Any knife that can't be abused without bending, breaking, chipping, rusting, or gouging is a shitty knife that is good for not much more than looking pretty and cutting carrots in the kitchen.

Take one of your cutco knives and start trying to cut some #9 wire with it. Epic Fail. Kitchen knives are not work knives.  And as for that FOREVER GUARANTEE what the hell am i suppose to do for the week i don't have it because its it the shop/mail?  Even a _Gerber _is a better buy than that.

It shouldn't be possible to _break_ any knife with human strength.  Even if you put the knife in a vice, put a 6' pipe on it the good knives still won't break. Bend, yes.  But not break for anything less then several tons of shear force applied to a small area.

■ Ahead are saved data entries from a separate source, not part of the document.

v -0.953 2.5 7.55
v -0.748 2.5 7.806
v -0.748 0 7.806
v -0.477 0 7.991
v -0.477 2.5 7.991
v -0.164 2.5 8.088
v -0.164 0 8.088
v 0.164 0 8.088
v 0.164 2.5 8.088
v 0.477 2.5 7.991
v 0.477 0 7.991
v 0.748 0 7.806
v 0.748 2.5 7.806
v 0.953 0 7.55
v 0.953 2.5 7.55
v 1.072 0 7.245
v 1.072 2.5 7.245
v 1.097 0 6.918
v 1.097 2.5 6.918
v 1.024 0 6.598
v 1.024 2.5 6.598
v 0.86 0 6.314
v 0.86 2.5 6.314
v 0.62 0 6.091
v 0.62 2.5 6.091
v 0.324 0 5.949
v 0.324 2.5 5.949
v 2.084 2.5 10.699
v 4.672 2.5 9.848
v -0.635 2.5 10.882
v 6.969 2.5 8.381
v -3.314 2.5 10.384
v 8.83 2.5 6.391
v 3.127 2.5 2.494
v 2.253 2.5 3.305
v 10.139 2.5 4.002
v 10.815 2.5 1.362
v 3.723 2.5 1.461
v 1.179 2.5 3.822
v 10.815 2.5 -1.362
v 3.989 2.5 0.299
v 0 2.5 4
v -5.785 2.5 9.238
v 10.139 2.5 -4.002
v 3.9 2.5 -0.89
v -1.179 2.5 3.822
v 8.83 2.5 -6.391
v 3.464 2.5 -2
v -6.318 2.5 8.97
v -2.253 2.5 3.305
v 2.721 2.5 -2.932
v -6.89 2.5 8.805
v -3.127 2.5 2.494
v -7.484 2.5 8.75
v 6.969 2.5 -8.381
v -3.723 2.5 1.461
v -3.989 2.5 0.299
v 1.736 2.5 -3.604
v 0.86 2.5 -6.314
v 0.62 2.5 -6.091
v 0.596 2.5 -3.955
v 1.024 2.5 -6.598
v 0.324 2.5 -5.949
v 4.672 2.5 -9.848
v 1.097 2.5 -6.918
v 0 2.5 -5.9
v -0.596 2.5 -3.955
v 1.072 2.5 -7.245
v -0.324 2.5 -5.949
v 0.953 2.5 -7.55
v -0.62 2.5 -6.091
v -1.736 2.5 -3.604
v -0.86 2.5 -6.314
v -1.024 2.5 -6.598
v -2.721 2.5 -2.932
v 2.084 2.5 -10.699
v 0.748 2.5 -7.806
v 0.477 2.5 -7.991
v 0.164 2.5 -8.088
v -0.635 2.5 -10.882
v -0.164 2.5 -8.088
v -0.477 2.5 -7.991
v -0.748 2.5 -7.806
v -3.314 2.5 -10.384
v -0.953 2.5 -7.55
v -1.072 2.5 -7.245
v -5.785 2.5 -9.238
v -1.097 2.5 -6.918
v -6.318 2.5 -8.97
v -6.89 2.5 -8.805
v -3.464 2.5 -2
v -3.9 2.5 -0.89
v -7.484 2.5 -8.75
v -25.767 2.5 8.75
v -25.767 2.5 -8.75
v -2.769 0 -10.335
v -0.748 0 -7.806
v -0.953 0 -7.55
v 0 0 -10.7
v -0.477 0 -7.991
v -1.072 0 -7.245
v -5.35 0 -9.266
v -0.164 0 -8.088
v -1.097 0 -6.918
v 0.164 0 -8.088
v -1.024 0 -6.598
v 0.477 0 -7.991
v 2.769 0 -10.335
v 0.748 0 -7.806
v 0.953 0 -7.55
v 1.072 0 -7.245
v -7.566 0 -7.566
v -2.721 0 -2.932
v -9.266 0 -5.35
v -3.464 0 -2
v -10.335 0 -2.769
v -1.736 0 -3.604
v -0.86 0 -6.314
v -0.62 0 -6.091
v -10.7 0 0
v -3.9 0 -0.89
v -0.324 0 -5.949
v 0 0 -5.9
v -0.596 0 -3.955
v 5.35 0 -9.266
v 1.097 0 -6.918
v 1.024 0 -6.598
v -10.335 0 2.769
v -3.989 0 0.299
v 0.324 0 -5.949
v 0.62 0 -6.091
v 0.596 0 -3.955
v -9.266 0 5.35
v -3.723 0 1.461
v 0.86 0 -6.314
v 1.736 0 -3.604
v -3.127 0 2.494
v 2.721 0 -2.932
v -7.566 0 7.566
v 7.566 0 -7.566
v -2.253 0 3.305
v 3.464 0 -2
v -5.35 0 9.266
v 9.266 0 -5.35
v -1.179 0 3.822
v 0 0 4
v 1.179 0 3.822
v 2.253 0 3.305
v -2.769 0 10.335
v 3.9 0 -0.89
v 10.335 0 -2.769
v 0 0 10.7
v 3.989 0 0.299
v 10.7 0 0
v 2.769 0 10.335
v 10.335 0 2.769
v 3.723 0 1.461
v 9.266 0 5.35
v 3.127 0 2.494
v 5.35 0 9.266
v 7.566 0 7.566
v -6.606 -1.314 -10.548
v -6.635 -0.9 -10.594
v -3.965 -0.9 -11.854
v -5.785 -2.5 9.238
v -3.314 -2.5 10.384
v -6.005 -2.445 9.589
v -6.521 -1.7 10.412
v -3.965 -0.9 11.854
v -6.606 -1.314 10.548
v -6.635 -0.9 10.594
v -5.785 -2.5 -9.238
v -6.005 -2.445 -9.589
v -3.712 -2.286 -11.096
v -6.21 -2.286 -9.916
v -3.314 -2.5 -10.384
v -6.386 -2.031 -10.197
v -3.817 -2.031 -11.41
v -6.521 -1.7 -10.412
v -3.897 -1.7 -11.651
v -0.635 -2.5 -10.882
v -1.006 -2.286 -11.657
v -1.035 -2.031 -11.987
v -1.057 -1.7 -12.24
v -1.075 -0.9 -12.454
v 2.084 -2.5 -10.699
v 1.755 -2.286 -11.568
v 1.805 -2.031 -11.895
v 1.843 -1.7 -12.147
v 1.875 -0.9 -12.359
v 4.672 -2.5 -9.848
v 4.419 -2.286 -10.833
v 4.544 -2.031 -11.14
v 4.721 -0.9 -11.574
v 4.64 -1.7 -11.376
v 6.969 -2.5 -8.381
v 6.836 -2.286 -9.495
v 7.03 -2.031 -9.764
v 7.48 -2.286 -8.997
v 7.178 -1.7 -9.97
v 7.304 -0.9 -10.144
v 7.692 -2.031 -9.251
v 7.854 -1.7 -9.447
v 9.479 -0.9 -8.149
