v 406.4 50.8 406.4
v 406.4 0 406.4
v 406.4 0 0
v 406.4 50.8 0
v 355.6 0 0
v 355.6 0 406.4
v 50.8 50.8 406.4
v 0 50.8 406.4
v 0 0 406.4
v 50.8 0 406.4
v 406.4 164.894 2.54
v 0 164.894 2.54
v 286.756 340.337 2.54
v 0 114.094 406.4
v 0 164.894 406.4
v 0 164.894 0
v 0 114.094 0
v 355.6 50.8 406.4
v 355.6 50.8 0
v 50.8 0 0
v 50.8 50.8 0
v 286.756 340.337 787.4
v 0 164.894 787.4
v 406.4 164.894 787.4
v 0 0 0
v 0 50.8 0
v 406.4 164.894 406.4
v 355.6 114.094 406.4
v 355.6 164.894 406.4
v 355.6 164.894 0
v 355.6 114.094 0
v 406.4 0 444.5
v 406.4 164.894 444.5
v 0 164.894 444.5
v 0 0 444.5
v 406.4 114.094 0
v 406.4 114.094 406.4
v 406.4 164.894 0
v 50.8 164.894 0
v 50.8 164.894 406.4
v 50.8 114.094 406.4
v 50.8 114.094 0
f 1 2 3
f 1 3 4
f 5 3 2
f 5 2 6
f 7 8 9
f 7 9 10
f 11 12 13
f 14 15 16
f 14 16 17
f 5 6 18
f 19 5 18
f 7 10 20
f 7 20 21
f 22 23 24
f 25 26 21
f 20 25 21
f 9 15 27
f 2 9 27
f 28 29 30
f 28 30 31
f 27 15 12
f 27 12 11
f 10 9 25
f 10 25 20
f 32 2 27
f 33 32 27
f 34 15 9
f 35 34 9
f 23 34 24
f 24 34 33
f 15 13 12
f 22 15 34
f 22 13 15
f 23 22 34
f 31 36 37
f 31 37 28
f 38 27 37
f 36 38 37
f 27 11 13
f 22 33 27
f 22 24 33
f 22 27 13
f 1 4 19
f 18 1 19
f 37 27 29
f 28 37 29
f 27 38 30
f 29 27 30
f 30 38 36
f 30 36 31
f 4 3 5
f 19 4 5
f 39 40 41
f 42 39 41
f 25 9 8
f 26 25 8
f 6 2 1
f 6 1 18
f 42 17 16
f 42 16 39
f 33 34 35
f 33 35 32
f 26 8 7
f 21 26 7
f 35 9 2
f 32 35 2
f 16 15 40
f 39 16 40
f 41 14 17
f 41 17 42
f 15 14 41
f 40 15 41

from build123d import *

# Parameters (mm, degrees)
F0_W          = 50.8
F0_H          = 50.8
F1_DEPTH      = 406.4
F2_W          = 203.2
F2_H          = 82.4469551444
F2_W_2        = 50.8
F2_H_2        = 50.8
F7_DEPTH      = 38.1
F9_DEPTH      = 342.9
F9_DEPTH_BACK = 441.96


# Not quite as in the source:
# - a feature names something its author has since deleted; it is built from what else it names


with BuildPart() as f1:
    # F0 (on Top) → F1 (new body)
    with BuildSketch(Plane.XY):
        with Locations((25.4, 25.4)):
            Rectangle(F0_W, F0_H)
    extrude(amount=F1_DEPTH)


with BuildPart() as f5_1:
    # F5: instance of F1
    add(f1.part.mirror(Plane.XZ.offset(-82.4469551444)))


with BuildPart() as f6_1:
    # F6: instance of F5_1
    add(f5_1.part.mirror(Plane.YZ.offset(203.2)))


with BuildPart() as f6_2:
    # F6: instance of F1
    add(f1.part.mirror(Plane.YZ.offset(203.2)))


with BuildPart() as f7:
    # F2 (on face) → F7 (new body)
    with BuildSketch(Plane.XY.offset(406.4)):
        with Locations((304.8, 41.2234775722)):
            Rectangle(F2_W, F2_H)
        with Locations((101.6, 123.6704327166)):
            Rectangle(F2_W, F2_H)
        Polygon((50.8, 50.8), (50.8, 0), (203.2, 0), (203.2, 82.4469551444), (0, 82.4469551444), (0, 50.8), align=None)
        with Locations((304.8, 123.6704327166)):
            Rectangle(F2_W, F2_H)
        with Locations((25.4, 25.4)):
            Rectangle(F2_W_2, F2_H_2)
    extrude(amount=F7_DEPTH)

    # F8 (on face) → F9 (join, two sides)
    with BuildSketch(Plane.XY.offset(444.5)) as f9_sk:
        Polygon((286.7561876774, 340.3366804123), (0, 164.8939102888), (406.4, 164.8939102888), align=None)
    extrude(amount=F9_DEPTH)
    extrude(f9_sk.sketch, amount=-F9_DEPTH_BACK)


solid = Compound([f1.part, f5_1.part, f6_1.part, f6_2.part, f7.part])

The bottom line is that no matter the job, it just has to work. Because knives need to do more that look pretty and cut carrots.


----------



## Dyluck (Jun 11, 2010)

Fenrir Lupus said:


> You fell for that vector marketing scam, eh?


 
Uh

No, I made a shit ton of money before I quit, actually. :V



DReaper3 said:


> Take one of your cutco knives and start trying to cut some #9 wire with it. Epic Fail. Kitchen knives are not work knives.


 
No fucking shit, retard, that's why they're called KITCHEN KNIVES

Why are you trying to cut wire with knives instead of, you know, wire cutters?  Enjoy cutting yourself



DReaper3 said:


> The bottom line is that no matter the job, it just has to work. Because knives need to do more that look pretty and cut carrots.


 
ONE TOOL FOR EVERY JOB

I WANT TO SPEND TEN TIMES LONGER DOING THIS THAN I WOULD USING A TOOL ACTUALLY DESIGNED FOR THIS


----------



## Tao (Jun 11, 2010)

If it cuts and stabs it's fine with me


----------



## Ames (Jun 11, 2010)

Exunod said:


> All the coolkids chisel their own obsidian blades for underwater funtimes.


 
Retro ftw?

Also, if any of you go scuba diving, I'm curious as to what kinds of knives you guys use.
I don't dive myself, but I find the concept of using a knife underwater OMGAWESUM.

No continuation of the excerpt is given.